Надежда Александровна Лухманова Жизнь

В большой комнате, банально обставленной гостинодворской мебелью с грошовыми безделушками на столах и этажерках, с громадными веерами, заменявшими на стенах картины, было тихо, — той жуткой говорящей тишиной, которая чуется там, где присутствующие люди затаили дыхание, замерли под наплывом объявшего их чувства.

Вдвинувшись глубоко в кресло как трус, готовый вдавиться в стену, сидел мужчина лет сорока двух, и растерянно, тёмными, широко открытыми глазами смотрел на остановившуюся перед ним девушку. Он только что сделал ей предложение, которое вырвалось из его накипевшей души как-то сразу и совершенно неожиданно для него самого. Девушка, давно ожидавшая это предложение, давно рассчитывавшая на него, теперь коварно молчала и, как бы взятая врасплох, поражённая, с пылающими щеками стояла перед ним, опустив глаза… А на подоконнике крайнего окна, за тёмной спущенной портьерой, сидела другая девушка — вся бледная, захваченная чужой страстью; закрыв глаза, крепко прижав к груди скрещенные руки, она ждала ответа.

Среди мещанской обстановки, тускло освещённой двумя керосиновыми лампами, в сыроватой атмосфере плохо отапливаемой квартиры, разыгрывалась старая и вечно юная, простая и глубоко потрясающая драма человеческой любви.

— Пётр Николаевич, — тихо и нежно зазвучал голос девушки, — я не ожидала, не знала, не верила, чтобы кто-нибудь полюбил меня и… просил моей руки…

— Почему? — тихо, едва выговаривая, спросил сидевший в кресле.

— Мы бедны и я… обманула ожидания своих, не принята в драматическую школу и потеряла охоту и веру в своё призвание к сцене.

— Тем лучше, Екатерина Николаевна, именно это-то разочарование, это горе, которым вы поделились со мной, и дало мне силы высказать вам свою любовь.

— За что вы меня любите? — в голосе Кати звучала странная нотка.

Пётр Николаевич не заметил её… «За что?» Ответы самые бурные, самые страстные рвались с его губ, ему хотелось крикнуть ей: «За всё! За твою молодость! За твою белокурую красоту! За то, что ты, как весна, полна очарования и неги! За то, что я снова живу и страдаю!..» Но ни одно из этих слов не слетело с его губ, он только нагнул голову и вяло, глухо проговорил:

— Не знаю!

Катя чуть-чуть дёрнула плечиком.

— У меня характер живой, впечатлительный, я очень своевольна, резка… Вы будете меня баловать?

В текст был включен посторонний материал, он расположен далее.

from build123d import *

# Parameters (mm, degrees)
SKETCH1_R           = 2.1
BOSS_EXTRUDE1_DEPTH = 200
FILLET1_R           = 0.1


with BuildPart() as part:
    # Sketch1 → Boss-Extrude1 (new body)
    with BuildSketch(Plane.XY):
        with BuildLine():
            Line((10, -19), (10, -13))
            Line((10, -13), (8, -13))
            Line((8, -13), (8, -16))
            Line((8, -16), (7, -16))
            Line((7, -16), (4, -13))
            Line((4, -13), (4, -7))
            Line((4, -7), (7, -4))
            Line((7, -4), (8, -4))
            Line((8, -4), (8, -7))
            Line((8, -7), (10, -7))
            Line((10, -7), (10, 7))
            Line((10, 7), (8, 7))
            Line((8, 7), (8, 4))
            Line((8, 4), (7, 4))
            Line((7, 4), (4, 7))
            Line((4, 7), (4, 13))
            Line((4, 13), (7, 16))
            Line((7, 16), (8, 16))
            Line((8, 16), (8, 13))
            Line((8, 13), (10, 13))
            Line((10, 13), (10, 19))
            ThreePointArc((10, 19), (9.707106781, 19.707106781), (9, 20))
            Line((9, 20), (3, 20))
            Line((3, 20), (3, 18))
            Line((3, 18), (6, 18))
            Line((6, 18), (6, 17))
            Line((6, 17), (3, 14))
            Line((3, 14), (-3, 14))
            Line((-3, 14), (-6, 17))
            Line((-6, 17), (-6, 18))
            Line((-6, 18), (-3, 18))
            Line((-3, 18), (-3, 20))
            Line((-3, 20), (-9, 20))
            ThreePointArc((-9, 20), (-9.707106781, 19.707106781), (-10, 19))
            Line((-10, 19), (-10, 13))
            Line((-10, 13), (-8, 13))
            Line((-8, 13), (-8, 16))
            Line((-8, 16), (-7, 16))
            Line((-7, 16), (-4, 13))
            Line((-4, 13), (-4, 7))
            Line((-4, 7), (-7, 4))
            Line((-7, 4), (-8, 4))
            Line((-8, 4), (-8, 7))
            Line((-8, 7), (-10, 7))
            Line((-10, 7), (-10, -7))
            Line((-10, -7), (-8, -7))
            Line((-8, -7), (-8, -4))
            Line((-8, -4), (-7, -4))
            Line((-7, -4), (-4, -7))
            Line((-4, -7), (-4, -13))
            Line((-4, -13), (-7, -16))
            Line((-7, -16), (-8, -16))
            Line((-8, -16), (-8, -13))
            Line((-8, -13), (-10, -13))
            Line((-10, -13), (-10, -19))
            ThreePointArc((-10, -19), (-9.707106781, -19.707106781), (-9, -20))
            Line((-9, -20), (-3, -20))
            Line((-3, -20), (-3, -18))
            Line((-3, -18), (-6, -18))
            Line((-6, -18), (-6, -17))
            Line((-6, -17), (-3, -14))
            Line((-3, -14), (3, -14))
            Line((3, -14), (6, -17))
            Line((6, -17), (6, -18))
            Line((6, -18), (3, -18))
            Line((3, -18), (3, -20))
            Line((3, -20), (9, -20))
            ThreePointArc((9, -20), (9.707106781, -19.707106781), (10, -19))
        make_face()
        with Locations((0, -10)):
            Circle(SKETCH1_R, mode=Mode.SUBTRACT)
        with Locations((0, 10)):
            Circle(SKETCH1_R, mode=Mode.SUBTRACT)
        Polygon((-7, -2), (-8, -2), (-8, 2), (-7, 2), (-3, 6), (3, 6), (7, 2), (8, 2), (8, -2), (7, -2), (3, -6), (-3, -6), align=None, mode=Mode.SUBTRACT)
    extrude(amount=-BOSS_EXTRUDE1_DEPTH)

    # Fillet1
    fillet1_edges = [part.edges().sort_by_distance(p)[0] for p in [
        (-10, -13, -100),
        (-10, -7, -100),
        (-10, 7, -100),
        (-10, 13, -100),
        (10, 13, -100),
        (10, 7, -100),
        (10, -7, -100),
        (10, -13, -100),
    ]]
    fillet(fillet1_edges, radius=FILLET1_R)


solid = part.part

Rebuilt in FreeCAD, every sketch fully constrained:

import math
import FreeCAD as App
import Part
import Sketcher
Q = App.Units.Quantity


def edges_at(feature, points):
    """Names of the edges that pass closest to the given points."""
    edges = feature.Shape.Edges
    near = lambda p: min(range(len(edges)), key=lambda i: edges[i].distToShape(Part.Vertex(*p))[0])
    return sorted({f"Edge{near(p) + 1}" for p in points})

doc = App.newDocument("Part")
body = doc.addObject("PartDesign::Body", "Body")

sketch1 = doc.addObject("Sketcher::SketchObject", "Sketch")
body.addObject(sketch1)
sketch1.AttachmentSupport = (doc.XY_Plane, [""])
sketch1.MapMode = "FlatFace"
sketch1.addGeometry(Part.LineSegment(App.Vector(10, -19, 0), App.Vector(10, -13, 0)), False)
sketch1.addGeometry(Part.LineSegment(App.Vector(10, -13, 0), App.Vector(8, -13, 0)), False)
sketch1.addGeometry(Part.LineSegment(App.Vector(8, -13, 0), App.Vector(8, -16, 0)), False)
sketch1.addGeometry(Part.LineSegment(App.Vector(8, -16, 0), App.Vector(7, -16, 0)), False)
sketch1.addGeometry(Part.LineSegment(App.Vector(7, -16, 0), App.Vector(4, -13, 0)), False)
sketch1.addGeometry(Part.LineSegment(App.Vector(4, -13, 0), App.Vector(4, -7, 0)), False)
sketch1.addGeometry(Part.LineSegment(App.Vector(4, -7, 0), App.Vector(7, -4, 0)), False)
sketch1.addGeometry(Part.LineSegment(App.Vector(7, -4, 0), App.Vector(8, -4, 0)), False)
sketch1.addGeometry(Part.LineSegment(App.Vector(8, -4, 0), App.Vector(8, -7, 0)), False)
sketch1.addGeometry(Part.LineSegment(App.Vector(8, -7, 0), App.Vector(10, -7, 0)), False)
sketch1.addGeometry(Part.LineSegment(App.Vector(10, -7, 0), App.Vector(10, 7, 0)), False)
sketch1.addGeometry(Part.LineSegment(App.Vector(10, 7, 0), App.Vector(8, 7, 0)), False)
sketch1.addGeometry(Part.LineSegment(App.Vector(8, 7, 0), App.Vector(8, 4, 0)), False)
sketch1.addGeometry(Part.LineSegment(App.Vector(8, 4, 0), App.Vector(7, 4, 0)), False)
sketch1.addGeometry(Part.LineSegment(App.Vector(7, 4, 0), App.Vector(4, 7, 0)), False)
sketch1.addGeometry(Part.LineSegment(App.Vector(4, 7, 0), App.Vector(4, 13, 0)), False)
sketch1.addGeometry(Part.LineSegment(App.Vector(4, 13, 0), App.Vector(7, 16, 0)), False)
sketch1.addGeometry(Part.LineSegment(App.Vector(7, 16, 0), App.Vector(8, 16, 0)), False)
sketch1.addGeometry(Part.LineSegment(App.Vector(8, 16, 0), App.Vector(8, 13, 0)), False)
sketch1.addGeometry(Part.LineSegment(App.Vector(8, 13, 0), App.Vector(10, 13, 0)), False)
sketch1.addGeometry(Part.LineSegment(App.Vector(10, 13, 0), App.Vector(10, 19, 0)), False)
sketch1.addGeometry(Part.ArcOfCircle(Part.Circle(App.Vector(9, 19, 0), App.Vector(0, 0, 1), 1), math.radians(0), math.radians(90)), False)
sketch1.addGeometry(Part.LineSegment(App.Vector(9, 20, 0), App.Vector(3, 20, 0)), False)
sketch1.addGeometry(Part.LineSegment(App.Vector(3, 20, 0), App.Vector(3, 18, 0)), False)
sketch1.addGeometry(Part.LineSegment(App.Vector(3, 18, 0), App.Vector(6, 18, 0)), False)
sketch1.addGeometry(Part.LineSegment(App.Vector(6, 18, 0), App.Vector(6, 17, 0)), False)
sketch1.addGeometry(Part.LineSegment(App.Vector(6, 17, 0), App.Vector(3, 14, 0)), False)
sketch1.addGeometry(Part.LineSegment(App.Vector(3, 14, 0), App.Vector(-3, 14, 0)), False)
sketch1.addGeometry(Part.LineSegment(App.Vector(-3, 14, 0), App.Vector(-6, 17, 0)), False)
sketch1.addGeometry(Part.LineSegment(App.Vector(-6, 17, 0), App.Vector(-6, 18, 0)), False)
sketch1.addGeometry(Part.LineSegment(App.Vector(-6, 18, 0), App.Vector(-3, 18, 0)), False)
sketch1.addGeometry(Part.LineSegment(App.Vector(-3, 18, 0), App.Vector(-3, 20, 0)), False)
sketch1.addGeometry(Part.LineSegment(App.Vector(-3, 20, 0), App.Vector(-9, 20, 0)), False)
sketch1.addGeometry(Part.ArcOfCircle(Part.Circle(App.Vector(-9, 19, 0), App.Vector(0, 0, 1), 1), math.radians(90), math.radians(180)), False)
sketch1.addGeometry(Part.LineSegment(App.Vector(-10, 19, 0), App.Vector(-10, 13, 0)), False)
sketch1.addGeometry(Part.LineSegment(App.Vector(-10, 13, 0), App.Vector(-8, 13, 0)), False)
sketch1.addGeometry(Part.LineSegment(App.Vector(-8, 13, 0), App.Vector(-8, 16, 0)), False)
sketch1.addGeometry(Part.LineSegment(App.Vector(-8, 16, 0), App.Vector(-7, 16, 0)), False)
sketch1.addGeometry(Part.LineSegment(App.Vector(-7, 16, 0), App.Vector(-4, 13, 0)), False)
sketch1.addGeometry(Part.LineSegment(App.Vector(-4, 13, 0), App.Vector(-4, 7, 0)), False)
sketch1.addGeometry(Part.LineSegment(App.Vector(-4, 7, 0), App.Vector(-7, 4, 0)), False)
sketch1.addGeometry(Part.LineSegment(App.Vector(-7, 4, 0), App.Vector(-8, 4, 0)), False)
sketch1.addGeometry(Part.LineSegment(App.Vector(-8, 4, 0), App.Vector(-8, 7, 0)), False)
sketch1.addGeometry(Part.LineSegment(App.Vector(-8, 7, 0), App.Vector(-10, 7, 0)), False)
sketch1.addGeometry(Part.LineSegment(App.Vector(-10, 7, 0), App.Vector(-10, -7, 0)), False)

— Я?!. Вас?.. — Пётр Николаевич встал с кресла и выпрямился во весь свой высокий, тяжеловатый рост. — Значит, вы позволяете мне любить себя? Значит, эта рука — моя?

Катя поглядела в его серые, серьёзные глаза, на всю его статную, красивую фигуру, от которой веяло силой и спокойствием, и без колебания протянула ему свои обе руки.

Пётр Николаевич вздохнул полной грудью, лицо его ожило, застенчивая мука высказанного предложения, мука ожидания ответа, оставили его; чувство победы наполняло гордостью его грудь. С сияющими глазами, влажными от набегавших слёз, он привлёк к себе девушку, властно, но нежно прижал к своей груди её головку.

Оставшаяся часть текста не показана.